Outer angles, inner angles, and theorem.

The midline of the hypotenuse in a right triangle is equal to half of the hypotenuse.

AD is equal to 1/2

BC so the angle DAB is equal to the angle DBA

So the angle DAE is equal to the angle DEA

So AD is equal to DE is equal to 1/2BC

From a and d perpendicular lines to bc, through the triangle congruence theorem, it can be known that abc and bcd are equal, according to the known conditions be=cf, bc edges are common, then abc and bcd are equal, using the triangle congruence theorem (corner edges), bec= cfb can be proved.

Solution: Use the corner edge to verify that the triangle BEC is similar to the triangle CBF because: ab=dc ad bc

So: trapezoidal ABCD is isosceles trapezoidal.

So: angular cbe = angular bcf

Because :be=2ea cf=2fd ab=dc so:be=fc

Because: BC=CBoCBc=AngleBCF=CBF=CF, the triangle BEC is similar to the triangle CBF

According to the similarity triangle theorem.

So the angle bec = the angle cfb

Proof: AD BC, ab DC, trapezoidal ABCD is isosceles trapezoidal, ABC= DCB.

be=2ea,cf=2fd，ab＝dc，∴eb=2/3ab,fc=2/3dc，∴eb=fc.

eb=fc，bc=cb，∠abc=∠dcb，∴△ebc≌△fcb，∴∠bec=∠cfb。

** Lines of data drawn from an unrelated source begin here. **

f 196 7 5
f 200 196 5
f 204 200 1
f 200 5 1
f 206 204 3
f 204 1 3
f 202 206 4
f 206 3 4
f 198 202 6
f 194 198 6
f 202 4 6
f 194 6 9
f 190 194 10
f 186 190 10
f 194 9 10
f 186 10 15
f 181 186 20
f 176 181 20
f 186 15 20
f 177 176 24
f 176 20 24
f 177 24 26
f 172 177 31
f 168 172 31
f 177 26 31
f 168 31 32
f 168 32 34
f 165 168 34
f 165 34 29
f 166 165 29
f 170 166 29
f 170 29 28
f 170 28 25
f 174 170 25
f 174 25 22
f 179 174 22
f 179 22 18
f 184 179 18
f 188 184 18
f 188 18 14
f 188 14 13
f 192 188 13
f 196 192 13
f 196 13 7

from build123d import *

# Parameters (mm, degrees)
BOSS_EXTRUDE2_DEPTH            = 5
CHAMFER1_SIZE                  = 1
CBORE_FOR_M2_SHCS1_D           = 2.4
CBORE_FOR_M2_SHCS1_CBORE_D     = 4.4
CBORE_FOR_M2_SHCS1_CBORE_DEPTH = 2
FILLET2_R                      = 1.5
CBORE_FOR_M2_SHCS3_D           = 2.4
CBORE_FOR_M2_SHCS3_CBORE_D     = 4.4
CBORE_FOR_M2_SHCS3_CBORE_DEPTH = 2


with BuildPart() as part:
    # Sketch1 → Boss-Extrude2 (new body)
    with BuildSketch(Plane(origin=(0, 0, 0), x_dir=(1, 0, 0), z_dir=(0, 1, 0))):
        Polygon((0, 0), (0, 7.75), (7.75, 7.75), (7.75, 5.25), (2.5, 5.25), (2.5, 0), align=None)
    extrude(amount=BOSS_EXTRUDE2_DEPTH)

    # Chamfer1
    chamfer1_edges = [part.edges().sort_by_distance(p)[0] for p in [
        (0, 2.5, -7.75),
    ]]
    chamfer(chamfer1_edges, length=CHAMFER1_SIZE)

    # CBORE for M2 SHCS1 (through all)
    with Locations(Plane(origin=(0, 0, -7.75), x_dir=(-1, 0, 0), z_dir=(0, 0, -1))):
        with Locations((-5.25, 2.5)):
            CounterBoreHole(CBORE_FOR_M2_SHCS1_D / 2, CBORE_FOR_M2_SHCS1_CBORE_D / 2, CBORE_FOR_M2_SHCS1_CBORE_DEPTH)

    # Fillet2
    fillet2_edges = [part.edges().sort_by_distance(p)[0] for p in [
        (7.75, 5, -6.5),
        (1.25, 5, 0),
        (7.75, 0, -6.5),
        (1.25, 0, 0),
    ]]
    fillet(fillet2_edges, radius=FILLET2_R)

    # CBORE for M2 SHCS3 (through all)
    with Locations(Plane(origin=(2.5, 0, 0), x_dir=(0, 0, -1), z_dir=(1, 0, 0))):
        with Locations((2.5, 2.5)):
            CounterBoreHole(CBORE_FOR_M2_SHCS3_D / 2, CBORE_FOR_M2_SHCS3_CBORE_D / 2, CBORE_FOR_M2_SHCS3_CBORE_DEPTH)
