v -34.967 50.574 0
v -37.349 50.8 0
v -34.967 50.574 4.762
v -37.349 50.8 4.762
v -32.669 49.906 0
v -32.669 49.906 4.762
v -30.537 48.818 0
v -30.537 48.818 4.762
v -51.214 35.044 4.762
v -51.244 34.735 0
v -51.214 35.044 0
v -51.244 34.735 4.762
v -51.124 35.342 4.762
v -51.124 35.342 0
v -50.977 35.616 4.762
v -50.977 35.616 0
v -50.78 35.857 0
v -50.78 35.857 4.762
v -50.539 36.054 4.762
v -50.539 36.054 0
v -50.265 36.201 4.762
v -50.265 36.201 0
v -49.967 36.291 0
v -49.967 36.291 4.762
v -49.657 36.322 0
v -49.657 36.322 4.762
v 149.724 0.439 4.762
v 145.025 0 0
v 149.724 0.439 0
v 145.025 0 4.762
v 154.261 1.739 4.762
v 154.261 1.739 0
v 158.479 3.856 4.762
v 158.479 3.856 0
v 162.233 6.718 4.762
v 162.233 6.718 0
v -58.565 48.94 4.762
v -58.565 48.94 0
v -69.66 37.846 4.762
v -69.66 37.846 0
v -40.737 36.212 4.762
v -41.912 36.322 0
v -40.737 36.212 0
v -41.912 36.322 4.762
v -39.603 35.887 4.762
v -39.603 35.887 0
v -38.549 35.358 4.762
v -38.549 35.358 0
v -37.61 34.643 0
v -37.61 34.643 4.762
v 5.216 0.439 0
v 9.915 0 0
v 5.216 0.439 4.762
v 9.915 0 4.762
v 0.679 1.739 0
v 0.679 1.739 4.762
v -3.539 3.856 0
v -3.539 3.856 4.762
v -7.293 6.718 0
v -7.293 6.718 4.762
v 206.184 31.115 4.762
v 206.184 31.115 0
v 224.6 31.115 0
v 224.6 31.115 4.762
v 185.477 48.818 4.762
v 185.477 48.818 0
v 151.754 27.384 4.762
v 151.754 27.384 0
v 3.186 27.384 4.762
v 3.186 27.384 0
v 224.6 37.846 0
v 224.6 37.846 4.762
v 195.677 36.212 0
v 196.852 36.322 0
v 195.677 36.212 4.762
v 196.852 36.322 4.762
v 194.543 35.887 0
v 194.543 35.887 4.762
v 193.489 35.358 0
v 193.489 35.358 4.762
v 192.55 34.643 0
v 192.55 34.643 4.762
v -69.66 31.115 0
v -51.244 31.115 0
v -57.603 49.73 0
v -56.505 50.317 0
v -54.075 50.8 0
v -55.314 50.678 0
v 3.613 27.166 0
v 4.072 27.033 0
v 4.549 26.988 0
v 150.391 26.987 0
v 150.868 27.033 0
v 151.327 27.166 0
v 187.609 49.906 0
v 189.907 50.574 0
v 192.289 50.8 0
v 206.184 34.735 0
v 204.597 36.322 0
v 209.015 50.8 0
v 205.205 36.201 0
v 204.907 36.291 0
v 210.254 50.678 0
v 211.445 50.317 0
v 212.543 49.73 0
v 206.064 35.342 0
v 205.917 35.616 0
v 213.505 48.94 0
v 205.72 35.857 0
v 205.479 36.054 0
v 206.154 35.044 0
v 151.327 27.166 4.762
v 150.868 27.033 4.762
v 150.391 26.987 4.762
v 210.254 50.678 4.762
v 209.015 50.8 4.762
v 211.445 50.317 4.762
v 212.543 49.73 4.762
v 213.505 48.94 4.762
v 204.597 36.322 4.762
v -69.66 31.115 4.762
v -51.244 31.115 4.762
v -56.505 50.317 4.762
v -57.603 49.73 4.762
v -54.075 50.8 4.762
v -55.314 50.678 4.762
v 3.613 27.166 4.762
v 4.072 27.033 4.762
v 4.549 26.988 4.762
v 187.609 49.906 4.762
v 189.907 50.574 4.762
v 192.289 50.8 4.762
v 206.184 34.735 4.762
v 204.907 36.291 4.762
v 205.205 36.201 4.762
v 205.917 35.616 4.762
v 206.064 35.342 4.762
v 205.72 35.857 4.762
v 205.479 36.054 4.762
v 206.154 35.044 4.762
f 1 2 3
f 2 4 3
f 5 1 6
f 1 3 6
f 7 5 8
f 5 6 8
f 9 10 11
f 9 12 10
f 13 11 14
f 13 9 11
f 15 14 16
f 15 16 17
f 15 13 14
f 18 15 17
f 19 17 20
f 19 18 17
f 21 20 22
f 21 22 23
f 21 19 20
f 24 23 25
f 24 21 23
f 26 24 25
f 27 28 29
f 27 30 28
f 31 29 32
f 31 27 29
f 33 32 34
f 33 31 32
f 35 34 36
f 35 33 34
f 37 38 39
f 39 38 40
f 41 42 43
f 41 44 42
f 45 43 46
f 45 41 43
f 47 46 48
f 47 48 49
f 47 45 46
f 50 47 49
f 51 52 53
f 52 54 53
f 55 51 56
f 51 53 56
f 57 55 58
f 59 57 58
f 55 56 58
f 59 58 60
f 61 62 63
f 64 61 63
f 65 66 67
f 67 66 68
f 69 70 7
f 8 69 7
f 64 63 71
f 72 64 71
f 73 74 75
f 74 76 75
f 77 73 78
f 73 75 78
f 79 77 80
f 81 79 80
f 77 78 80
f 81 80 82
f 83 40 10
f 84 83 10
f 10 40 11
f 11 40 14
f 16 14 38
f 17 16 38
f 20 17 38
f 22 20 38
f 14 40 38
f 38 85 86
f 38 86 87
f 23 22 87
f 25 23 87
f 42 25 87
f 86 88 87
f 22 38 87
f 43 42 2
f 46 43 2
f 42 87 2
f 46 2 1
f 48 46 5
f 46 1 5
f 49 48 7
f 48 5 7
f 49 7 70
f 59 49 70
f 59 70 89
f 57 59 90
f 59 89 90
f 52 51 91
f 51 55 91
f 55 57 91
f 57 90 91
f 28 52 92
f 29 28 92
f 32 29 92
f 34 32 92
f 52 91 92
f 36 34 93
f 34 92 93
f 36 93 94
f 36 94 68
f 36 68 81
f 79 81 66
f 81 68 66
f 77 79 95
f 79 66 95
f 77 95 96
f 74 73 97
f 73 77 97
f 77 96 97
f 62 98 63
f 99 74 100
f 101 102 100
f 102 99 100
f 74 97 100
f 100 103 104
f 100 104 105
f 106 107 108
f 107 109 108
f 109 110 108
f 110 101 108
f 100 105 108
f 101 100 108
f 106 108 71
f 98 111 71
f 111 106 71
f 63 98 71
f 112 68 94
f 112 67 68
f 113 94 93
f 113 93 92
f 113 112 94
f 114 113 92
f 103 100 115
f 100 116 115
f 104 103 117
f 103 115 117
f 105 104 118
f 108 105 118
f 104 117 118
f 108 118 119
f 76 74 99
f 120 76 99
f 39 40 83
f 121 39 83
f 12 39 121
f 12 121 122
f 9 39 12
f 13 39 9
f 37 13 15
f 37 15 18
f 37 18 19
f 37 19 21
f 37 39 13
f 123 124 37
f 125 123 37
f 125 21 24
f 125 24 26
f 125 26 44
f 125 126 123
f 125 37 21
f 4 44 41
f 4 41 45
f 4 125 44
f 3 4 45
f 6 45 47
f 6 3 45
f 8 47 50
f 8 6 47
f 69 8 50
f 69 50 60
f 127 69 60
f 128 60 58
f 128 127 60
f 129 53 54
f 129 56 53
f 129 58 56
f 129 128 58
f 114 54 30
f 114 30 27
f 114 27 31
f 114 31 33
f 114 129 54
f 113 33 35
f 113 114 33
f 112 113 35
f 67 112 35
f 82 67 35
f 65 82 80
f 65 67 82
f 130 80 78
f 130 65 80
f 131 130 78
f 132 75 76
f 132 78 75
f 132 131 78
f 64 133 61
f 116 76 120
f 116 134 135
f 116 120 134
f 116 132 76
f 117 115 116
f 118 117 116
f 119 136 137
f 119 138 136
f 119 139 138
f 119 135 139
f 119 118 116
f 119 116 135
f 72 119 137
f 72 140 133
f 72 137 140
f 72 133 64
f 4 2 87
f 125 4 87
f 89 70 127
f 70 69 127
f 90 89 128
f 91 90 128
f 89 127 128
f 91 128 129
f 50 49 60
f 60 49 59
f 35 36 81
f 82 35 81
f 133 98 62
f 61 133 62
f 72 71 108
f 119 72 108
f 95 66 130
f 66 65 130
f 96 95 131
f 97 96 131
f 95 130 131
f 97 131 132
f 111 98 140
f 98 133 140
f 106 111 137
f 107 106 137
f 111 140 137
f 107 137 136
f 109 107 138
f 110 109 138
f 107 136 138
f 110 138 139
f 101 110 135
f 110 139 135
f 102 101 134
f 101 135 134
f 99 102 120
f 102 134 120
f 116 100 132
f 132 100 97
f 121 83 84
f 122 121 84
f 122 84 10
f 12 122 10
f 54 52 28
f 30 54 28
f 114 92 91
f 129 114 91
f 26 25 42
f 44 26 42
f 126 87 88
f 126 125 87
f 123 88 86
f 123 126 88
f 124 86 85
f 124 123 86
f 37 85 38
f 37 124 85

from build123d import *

# Parameters (mm, degrees)
BOSS_EXTRUDE1_DEPTH = 4.7625
F_1_0_RADIUS_R      = 25.4
F_0_1_RADIUS_R      = 2.54
F_0_25_RADIUS_R     = 6.35
F_0_5_RADIUS_R      = 12.7
F_0_0625_RADIUS_R   = 1.5875


with BuildPart() as part:
    # Sketch1 → Boss-Extrude1 (new body)
    with BuildSketch(Plane.XY):
        Polygon((0, 0), (154.94, 0), (194.3735, 36.322), (206.1845, 36.322), (206.1845, 31.115), (224.5995, 31.115), (224.5995, 37.846), (211.6455, 50.8), (188.595, 50.8), (151.13, 26.9875), (3.81, 26.9875), (-33.655, 50.8), (-56.7055, 50.8), (-69.6595, 37.846), (-69.6595, 36.322), (-69.6595, 31.115), (-51.2445, 31.115), (-51.2445, 36.322), (-39.4335, 36.322), align=None)
    extrude(amount=BOSS_EXTRUDE1_DEPTH)

    # 1.0 Radius
    f_1_0_radius_edges = [part.edges().sort_by_distance(p)[0] for p in [
        (154.94, 0, 2.38125),
        (0, 0, 2.38125),
    ]]
    fillet(f_1_0_radius_edges, radius=F_1_0_RADIUS_R)

    # 0.1 Radius
    f_0_1_radius_edges = [part.edges().sort_by_distance(p)[0] for p in [
        (3.81, 26.9875, 2.38125),
        (151.13, 26.9875, 2.38125),
    ]]
    fillet(f_0_1_radius_edges, radius=F_0_1_RADIUS_R)

    # 0.25 Radius
    f_0_25_radius_edges = [part.edges().sort_by_distance(p)[0] for p in [
        (211.6455, 50.8, 2.38125),
        (194.3735, 36.322, 2.38125),
        (-39.4335, 36.322, 2.38125),
        (-56.7055, 50.8, 2.38125),
    ]]
    fillet(f_0_25_radius_edges, radius=F_0_25_RADIUS_R)

    # 0.5 Radius
    f_0_5_radius_edges = [part.edges().sort_by_distance(p)[0] for p in [
        (188.595, 50.8, 2.38125),
        (-33.655, 50.8, 2.38125),
    ]]
    fillet(f_0_5_radius_edges, radius=F_0_5_RADIUS_R)

    # 0.0625 Radius
    f_0_0625_radius_edges = [part.edges().sort_by_distance(p)[0] for p in [
        (206.1845, 36.322, 2.38125),
        (-51.2445, 36.322, 2.38125),
    ]]
    fillet(f_0_0625_radius_edges, radius=F_0_0625_RADIUS_R)


solid = part.part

As can be seen from the title, the trapezoidal ABCD is an isosceles trapezoid.

and BE 2EA, CF 2FD

So there's be cf

So in BEC vs. CFB.

bc＝bcbe＝cf

ebc＝∠fcb

So the triangle BEC is all equal to the triangle CFB

So bec cfb

Prove that the triangle BEC is equal to the triangle CFB, and the two sides and their angles are equal!!

ok！！！

Proof: Because of ad||bc,ab=dc.So abc= bcd because the points e and f are on ab and dc respectively, and be=2ea, cf=2fd ab dc

So be=cf bc edges are shared, so the triangle bce is all equal to the triangle bcf

So bec cfb

Because ad bc, ab dc so abc= dcb, because ab dc, be=2ea, cf=2fd so be=cf, and because bc=bc so ebc is all equal to fbc, so bec= cfb

Proof: Because ab=dc, be=2ea, cf=2fd, be=cf

In the triangle bec and triangle cfb, bc is the common side, and the trapezoidal abcd is an isosceles trapezoid, abc= dcb, be=cf, so the triangle bec is all equal to the triangle cfb, so bec= cfb

ad bc,ab dc so abc= dcbab dc,be=2ea,cf=2fd so be=cfbc=bc so ebc is all equal to fbc

bec=∠cfb

Do it one question at a time. Pretend to be a stool block 1

de//bc

The triangular coarse form ADE is similar to the triangular ABC.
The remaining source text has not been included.